AIM OF THE TASK:
Copy each line of the records that includes "ThreePointArc".

EXTRACTED ENTRIES:

------------------------------------------------------------

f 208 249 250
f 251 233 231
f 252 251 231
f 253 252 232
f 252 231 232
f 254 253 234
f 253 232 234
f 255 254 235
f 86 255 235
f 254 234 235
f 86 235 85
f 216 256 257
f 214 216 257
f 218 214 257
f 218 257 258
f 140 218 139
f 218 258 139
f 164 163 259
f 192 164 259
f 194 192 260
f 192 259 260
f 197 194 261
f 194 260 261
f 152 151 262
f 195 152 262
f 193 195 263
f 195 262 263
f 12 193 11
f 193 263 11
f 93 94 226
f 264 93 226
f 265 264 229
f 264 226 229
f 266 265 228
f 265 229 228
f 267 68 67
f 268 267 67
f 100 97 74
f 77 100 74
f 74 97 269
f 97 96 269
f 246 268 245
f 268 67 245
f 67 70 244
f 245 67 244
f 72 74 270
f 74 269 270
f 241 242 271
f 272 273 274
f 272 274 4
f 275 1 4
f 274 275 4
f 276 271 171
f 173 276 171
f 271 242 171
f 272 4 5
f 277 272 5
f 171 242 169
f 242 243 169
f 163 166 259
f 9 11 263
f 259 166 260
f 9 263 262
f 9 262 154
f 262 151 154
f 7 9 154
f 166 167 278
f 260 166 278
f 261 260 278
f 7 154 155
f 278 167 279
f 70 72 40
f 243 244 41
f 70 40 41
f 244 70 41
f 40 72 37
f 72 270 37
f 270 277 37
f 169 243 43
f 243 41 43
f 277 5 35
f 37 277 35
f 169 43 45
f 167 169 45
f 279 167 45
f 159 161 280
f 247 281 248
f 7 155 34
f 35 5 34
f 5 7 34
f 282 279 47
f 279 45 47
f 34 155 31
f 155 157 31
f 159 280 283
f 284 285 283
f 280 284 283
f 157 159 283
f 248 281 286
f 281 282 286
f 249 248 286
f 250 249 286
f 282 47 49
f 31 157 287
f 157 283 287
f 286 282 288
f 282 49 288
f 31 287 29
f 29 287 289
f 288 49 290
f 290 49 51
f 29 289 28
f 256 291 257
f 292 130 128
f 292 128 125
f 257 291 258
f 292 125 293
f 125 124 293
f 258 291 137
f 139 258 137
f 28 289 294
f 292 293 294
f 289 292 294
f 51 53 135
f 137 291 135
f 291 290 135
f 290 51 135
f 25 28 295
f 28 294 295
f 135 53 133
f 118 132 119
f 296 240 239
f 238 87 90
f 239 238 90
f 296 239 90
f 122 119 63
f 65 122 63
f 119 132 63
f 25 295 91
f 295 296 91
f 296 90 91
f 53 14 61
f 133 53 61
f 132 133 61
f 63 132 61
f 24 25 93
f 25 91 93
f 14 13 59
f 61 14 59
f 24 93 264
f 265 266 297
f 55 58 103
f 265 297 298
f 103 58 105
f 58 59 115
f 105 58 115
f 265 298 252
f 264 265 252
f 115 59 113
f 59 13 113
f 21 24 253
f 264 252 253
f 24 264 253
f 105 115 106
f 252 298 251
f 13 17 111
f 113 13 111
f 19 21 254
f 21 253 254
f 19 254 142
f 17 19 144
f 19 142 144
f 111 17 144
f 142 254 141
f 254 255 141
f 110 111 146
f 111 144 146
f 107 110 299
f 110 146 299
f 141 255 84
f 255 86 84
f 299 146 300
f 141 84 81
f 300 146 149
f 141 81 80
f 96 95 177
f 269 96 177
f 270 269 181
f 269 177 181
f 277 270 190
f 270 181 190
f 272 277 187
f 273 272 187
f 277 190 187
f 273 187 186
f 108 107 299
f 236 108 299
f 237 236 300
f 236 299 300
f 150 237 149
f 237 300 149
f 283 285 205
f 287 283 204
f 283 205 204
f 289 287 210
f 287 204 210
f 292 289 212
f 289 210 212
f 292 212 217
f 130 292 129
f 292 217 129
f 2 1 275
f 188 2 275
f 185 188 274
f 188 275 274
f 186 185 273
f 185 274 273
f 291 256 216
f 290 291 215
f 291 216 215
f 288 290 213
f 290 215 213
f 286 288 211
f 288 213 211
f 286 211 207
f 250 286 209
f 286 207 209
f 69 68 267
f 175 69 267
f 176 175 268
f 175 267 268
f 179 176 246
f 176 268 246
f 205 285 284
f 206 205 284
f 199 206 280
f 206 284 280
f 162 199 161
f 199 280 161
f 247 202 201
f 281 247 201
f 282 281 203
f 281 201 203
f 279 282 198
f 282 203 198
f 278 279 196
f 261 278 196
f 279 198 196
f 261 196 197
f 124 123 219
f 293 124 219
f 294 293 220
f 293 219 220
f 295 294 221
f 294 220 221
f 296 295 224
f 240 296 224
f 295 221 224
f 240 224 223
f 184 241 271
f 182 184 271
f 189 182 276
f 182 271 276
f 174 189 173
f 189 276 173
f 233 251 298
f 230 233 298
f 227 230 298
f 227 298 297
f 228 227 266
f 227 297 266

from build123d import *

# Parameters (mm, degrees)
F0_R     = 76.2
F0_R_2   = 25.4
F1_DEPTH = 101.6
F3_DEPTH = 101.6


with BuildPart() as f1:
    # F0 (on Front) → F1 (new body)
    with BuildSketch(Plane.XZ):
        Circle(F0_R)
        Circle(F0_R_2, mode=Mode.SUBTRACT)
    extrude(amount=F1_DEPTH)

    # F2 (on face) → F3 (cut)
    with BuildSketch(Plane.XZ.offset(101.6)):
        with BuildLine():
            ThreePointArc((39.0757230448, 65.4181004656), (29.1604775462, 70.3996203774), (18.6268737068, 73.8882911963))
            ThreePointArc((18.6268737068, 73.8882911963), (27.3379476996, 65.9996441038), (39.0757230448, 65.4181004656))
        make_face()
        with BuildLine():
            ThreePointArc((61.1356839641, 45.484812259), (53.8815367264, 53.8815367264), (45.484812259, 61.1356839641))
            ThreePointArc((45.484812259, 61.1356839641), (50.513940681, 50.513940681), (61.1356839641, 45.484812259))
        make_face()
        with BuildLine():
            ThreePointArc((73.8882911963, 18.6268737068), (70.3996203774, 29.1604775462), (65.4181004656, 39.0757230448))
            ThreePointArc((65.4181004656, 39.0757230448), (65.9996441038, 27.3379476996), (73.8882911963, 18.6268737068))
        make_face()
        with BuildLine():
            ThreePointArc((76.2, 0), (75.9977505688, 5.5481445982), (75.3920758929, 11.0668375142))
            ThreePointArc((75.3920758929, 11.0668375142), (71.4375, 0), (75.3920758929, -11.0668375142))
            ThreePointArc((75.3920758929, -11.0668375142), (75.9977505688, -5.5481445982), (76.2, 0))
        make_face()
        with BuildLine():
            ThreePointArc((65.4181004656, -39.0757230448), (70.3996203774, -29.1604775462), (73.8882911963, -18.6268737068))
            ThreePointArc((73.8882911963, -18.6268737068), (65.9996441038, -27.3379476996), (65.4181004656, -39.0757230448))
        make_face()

------------------------------------------------------------

REPLY:
            ThreePointArc((39.0757230448, 65.4181004656), (29.1604775462, 70.3996203774), (18.6268737068, 73.8882911963))
            ThreePointArc((18.6268737068, 73.8882911963), (27.3379476996, 65.9996441038), (39.0757230448, 65.4181004656))
            ThreePointArc((61.1356839641, 45.484812259), (53.8815367264, 53.8815367264), (45.484812259, 61.1356839641))
            ThreePointArc((45.484812259, 61.1356839641), (50.513940681, 50.513940681), (61.1356839641, 45.484812259))
            ThreePointArc((73.8882911963, 18.6268737068), (70.3996203774, 29.1604775462), (65.4181004656, 39.0757230448))
            ThreePointArc((65.4181004656, 39.0757230448), (65.9996441038, 27.3379476996), (73.8882911963, 18.6268737068))
            ThreePointArc((76.2, 0), (75.9977505688, 5.5481445982), (75.3920758929, 11.0668375142))
            ThreePointArc((75.3920758929, 11.0668375142), (71.4375, 0), (75.3920758929, -11.0668375142))
            ThreePointArc((75.3920758929, -11.0668375142), (75.9977505688, -5.5481445982), (76.2, 0))
            ThreePointArc((65.4181004656, -39.0757230448), (70.3996203774, -29.1604775462), (73.8882911963, -18.6268737068))
            ThreePointArc((73.8882911963, -18.6268737068), (65.9996441038, -27.3379476996), (65.4181004656, -39.0757230448))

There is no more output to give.